17:11 _rmk_ first word is a magic word which indicates that it's the BMM buffer passing mechanism

17:12 _rmk_ next word is the count of buffers

17:12 _rmk_ and _then_ is a list of the physical addresses of the buffers

17:12 _rmk_ final word is a checksum on the entire thing

17:12 dv_ well, you could call this queuing I guess

17:14 dv_ but yes, what you describe is what I found in the code. one physical address is put in the list

17:14 _rmk_ yes, because how Marvell had this all working before is you could throw a load of buffers into the video driver and it switches between each one on each vsync

17:14 dv_ and the magic ID there is 0x13572468

17:15 _rmk_ and the video driver returns a list of physical addresses, which the X server then writes back into the SHM region in the same format, but a different magic ID to pass them back to the application as "completed"

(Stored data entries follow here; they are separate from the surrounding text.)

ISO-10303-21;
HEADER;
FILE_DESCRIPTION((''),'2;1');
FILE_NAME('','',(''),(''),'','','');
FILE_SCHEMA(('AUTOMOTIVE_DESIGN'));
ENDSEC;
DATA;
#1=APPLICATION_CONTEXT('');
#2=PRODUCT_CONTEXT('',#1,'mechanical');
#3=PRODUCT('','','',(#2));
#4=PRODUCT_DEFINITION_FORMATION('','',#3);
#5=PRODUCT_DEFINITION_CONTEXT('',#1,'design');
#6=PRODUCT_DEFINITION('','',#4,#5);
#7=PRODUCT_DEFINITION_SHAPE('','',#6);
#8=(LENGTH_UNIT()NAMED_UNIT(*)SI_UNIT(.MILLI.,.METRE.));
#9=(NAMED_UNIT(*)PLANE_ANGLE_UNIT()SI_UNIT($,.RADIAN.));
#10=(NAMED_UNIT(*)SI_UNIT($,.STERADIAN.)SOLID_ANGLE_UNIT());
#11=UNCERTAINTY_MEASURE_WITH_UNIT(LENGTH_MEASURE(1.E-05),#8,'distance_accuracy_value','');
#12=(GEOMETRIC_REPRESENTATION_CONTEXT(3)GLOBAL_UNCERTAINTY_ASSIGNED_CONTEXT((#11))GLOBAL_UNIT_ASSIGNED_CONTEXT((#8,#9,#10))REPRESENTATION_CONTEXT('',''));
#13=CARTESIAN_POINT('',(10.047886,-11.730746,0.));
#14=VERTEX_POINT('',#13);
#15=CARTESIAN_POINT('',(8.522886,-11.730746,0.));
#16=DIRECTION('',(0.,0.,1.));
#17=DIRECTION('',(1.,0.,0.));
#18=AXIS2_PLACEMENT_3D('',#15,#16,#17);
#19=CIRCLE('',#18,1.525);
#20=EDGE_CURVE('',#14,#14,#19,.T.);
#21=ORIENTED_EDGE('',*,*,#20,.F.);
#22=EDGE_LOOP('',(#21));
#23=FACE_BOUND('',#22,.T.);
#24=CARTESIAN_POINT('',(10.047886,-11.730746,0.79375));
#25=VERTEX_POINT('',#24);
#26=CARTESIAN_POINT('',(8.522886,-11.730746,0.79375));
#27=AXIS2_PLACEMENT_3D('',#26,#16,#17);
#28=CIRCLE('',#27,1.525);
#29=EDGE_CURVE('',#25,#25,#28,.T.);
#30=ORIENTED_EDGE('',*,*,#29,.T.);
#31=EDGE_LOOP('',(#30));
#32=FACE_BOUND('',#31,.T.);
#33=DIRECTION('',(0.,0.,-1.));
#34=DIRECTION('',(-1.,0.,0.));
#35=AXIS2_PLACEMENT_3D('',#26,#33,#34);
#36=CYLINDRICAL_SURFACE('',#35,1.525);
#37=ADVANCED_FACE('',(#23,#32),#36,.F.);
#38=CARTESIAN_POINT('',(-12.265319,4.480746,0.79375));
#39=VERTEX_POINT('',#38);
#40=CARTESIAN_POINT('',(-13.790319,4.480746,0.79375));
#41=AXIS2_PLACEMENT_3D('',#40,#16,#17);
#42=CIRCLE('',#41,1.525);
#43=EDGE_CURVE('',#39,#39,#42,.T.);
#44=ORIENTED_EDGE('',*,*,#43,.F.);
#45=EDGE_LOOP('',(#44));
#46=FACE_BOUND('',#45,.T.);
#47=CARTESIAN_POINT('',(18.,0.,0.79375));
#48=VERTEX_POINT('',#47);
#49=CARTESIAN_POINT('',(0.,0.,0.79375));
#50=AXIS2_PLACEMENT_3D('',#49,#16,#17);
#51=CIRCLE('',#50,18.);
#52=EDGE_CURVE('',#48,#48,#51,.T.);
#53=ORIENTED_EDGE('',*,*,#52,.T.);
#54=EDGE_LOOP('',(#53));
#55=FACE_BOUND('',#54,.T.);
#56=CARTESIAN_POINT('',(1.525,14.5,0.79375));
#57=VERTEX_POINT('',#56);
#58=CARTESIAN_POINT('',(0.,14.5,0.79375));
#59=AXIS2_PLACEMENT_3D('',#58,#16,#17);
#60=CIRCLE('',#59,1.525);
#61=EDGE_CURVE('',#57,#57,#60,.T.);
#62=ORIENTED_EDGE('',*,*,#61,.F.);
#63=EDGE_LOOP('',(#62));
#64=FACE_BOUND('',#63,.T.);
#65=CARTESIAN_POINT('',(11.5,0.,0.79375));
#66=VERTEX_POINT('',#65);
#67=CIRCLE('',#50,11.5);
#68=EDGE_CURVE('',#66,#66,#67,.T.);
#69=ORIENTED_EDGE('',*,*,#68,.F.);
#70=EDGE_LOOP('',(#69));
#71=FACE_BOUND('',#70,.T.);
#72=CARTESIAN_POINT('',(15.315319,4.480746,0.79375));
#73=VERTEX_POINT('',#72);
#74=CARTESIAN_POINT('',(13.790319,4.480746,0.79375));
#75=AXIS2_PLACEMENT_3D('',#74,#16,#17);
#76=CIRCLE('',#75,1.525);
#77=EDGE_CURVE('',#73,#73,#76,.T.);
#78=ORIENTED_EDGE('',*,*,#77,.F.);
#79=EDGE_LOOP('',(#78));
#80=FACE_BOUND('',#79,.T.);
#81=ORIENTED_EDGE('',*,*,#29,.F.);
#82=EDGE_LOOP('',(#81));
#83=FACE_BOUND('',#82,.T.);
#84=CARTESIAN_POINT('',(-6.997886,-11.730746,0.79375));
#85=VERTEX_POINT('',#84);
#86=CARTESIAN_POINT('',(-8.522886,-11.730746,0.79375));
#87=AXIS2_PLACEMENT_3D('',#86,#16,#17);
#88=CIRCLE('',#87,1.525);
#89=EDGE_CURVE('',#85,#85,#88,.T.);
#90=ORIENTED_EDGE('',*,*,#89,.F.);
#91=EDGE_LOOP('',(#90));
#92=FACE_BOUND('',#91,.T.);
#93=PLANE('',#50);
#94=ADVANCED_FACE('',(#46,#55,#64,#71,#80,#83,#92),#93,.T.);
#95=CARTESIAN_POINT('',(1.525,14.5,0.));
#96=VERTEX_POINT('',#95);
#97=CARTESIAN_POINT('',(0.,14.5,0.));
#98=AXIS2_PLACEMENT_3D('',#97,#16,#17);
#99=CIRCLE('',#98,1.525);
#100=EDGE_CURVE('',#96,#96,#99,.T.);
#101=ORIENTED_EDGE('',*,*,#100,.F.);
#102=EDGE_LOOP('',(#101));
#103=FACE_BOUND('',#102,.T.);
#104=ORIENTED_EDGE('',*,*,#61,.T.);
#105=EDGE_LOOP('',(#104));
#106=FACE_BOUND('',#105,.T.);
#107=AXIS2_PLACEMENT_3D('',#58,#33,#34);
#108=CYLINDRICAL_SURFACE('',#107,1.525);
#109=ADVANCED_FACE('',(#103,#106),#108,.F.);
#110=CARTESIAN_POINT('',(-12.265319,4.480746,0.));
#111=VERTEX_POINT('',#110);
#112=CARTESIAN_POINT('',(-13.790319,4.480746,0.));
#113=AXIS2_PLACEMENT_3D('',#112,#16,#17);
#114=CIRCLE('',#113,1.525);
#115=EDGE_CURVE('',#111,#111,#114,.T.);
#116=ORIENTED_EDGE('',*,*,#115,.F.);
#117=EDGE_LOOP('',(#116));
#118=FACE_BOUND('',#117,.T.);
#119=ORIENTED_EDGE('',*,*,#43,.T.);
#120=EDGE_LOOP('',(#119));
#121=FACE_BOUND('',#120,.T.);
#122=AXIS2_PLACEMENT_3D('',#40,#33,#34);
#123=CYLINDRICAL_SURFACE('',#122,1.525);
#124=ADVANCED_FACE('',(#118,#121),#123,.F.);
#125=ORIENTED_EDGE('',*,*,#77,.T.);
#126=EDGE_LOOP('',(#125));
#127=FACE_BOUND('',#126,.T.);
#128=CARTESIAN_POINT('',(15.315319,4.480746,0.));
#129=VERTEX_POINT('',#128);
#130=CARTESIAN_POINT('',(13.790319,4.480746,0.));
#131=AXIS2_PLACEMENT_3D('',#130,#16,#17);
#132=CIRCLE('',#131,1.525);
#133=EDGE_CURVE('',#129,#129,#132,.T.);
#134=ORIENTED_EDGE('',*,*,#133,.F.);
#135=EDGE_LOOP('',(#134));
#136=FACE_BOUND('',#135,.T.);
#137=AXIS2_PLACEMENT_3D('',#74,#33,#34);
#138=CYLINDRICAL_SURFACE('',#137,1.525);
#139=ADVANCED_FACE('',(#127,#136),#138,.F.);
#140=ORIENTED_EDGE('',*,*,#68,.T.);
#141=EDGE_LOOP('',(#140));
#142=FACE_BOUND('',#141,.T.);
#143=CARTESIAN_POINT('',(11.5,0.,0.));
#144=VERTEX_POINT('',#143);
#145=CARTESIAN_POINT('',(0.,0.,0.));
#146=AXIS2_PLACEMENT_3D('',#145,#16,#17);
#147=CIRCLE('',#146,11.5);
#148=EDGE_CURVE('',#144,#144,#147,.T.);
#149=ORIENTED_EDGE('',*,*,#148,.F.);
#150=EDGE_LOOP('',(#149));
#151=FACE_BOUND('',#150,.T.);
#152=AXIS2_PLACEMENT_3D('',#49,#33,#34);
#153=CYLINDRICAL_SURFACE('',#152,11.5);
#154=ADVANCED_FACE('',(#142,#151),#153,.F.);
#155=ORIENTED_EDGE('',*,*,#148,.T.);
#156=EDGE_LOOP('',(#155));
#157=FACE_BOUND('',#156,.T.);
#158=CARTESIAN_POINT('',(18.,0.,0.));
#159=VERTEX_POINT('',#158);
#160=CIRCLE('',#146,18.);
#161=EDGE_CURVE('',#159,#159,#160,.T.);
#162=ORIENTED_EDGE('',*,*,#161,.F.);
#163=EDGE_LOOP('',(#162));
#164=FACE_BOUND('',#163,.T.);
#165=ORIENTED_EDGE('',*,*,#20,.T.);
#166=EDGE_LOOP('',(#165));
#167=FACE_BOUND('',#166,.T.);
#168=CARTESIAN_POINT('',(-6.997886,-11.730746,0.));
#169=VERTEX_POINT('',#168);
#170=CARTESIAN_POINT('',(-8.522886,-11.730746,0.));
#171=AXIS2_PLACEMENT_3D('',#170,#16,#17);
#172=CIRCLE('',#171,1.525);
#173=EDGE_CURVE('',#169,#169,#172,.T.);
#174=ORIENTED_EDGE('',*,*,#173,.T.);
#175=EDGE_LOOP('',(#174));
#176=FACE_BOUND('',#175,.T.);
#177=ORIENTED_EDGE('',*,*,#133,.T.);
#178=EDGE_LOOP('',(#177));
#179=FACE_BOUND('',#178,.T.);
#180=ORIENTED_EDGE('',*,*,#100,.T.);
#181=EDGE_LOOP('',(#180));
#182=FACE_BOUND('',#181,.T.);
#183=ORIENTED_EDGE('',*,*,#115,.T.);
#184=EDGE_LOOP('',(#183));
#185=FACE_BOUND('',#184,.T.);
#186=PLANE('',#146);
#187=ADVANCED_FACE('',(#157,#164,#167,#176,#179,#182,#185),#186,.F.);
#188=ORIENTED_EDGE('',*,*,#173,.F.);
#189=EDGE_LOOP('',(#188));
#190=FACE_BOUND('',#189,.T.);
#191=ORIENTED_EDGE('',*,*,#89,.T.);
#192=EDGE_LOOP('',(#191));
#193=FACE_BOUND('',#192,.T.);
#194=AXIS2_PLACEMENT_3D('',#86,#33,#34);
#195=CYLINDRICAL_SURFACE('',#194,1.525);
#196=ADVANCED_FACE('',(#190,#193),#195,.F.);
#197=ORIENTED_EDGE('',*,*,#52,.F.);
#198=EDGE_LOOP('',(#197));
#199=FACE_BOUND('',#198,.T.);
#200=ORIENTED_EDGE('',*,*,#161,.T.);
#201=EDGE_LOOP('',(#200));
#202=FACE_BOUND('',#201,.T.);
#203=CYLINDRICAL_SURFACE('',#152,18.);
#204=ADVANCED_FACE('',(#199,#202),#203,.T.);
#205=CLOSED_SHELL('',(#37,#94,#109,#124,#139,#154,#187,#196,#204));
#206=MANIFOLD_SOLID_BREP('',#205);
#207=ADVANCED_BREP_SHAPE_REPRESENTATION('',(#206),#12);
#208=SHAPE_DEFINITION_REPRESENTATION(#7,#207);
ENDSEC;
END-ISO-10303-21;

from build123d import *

# Parameters (mm, degrees)
SKETCH1_R           = 18
SKETCH1_R_2         = 11.5
SKETCH1_R_3         = 1.525
BOSS_EXTRUDE1_DEPTH = 0.79375


with BuildPart() as part:
    # Sketch1 → Boss-Extrude1 (new body)
    with BuildSketch(Plane.XY):
        Circle(SKETCH1_R)
        Circle(SKETCH1_R_2, mode=Mode.SUBTRACT)
        with Locations((0, 14.5)):
            Circle(SKETCH1_R_3, mode=Mode.SUBTRACT)
        with Locations((13.790319486, 4.480746418)):
            Circle(SKETCH1_R_3, mode=Mode.SUBTRACT)
        with Locations((8.522886158, -11.730746418)):
            Circle(SKETCH1_R_3, mode=Mode.SUBTRACT)
        with Locations((-8.522886158, -11.730746418)):
            Circle(SKETCH1_R_3, mode=Mode.SUBTRACT)
        with Locations((-13.790319486, 4.480746418)):
            Circle(SKETCH1_R_3, mode=Mode.SUBTRACT)
    extrude(amount=BOSS_EXTRUDE1_DEPTH)


solid = part.part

17:15 _rmk_ again, checksummed

17:16 dv_ yes. and the reason why it is marked as "broken" in the code is that there is no way to be 100% sure that the frames were fully consumed by that point

17:18 _rmk_ actually, using that BMM passing method there is. you pass the physical address via XShmPutImage - at that point, the X server owns the buffer until it returns its physical address to you. Once it has, you own the buffer again.

17:20 dv_ according to the code, not in all cases. see http://dev.laptop.org/git/users/dsd/gst-plugins-vmetaxv/tree/vmetaxvimagesink.c#n1040

17:21 _rmk_ frankly, that comment's crap - look at it, they've commented out the code which receives the buffers back and _then_ complain that they don't know when the X server/driver has done with it.

17:22 _rmk_ and those changes break overlay display.

17:23 dv_ yeah, they just delete the buffer immediately now

17:23 _rmk_ with overlay, the frame is displayed until you replace it with a different frame, and if you're doing "zero copy" you can't free the buffer until you've replaced it and _know_ that it's been replaced.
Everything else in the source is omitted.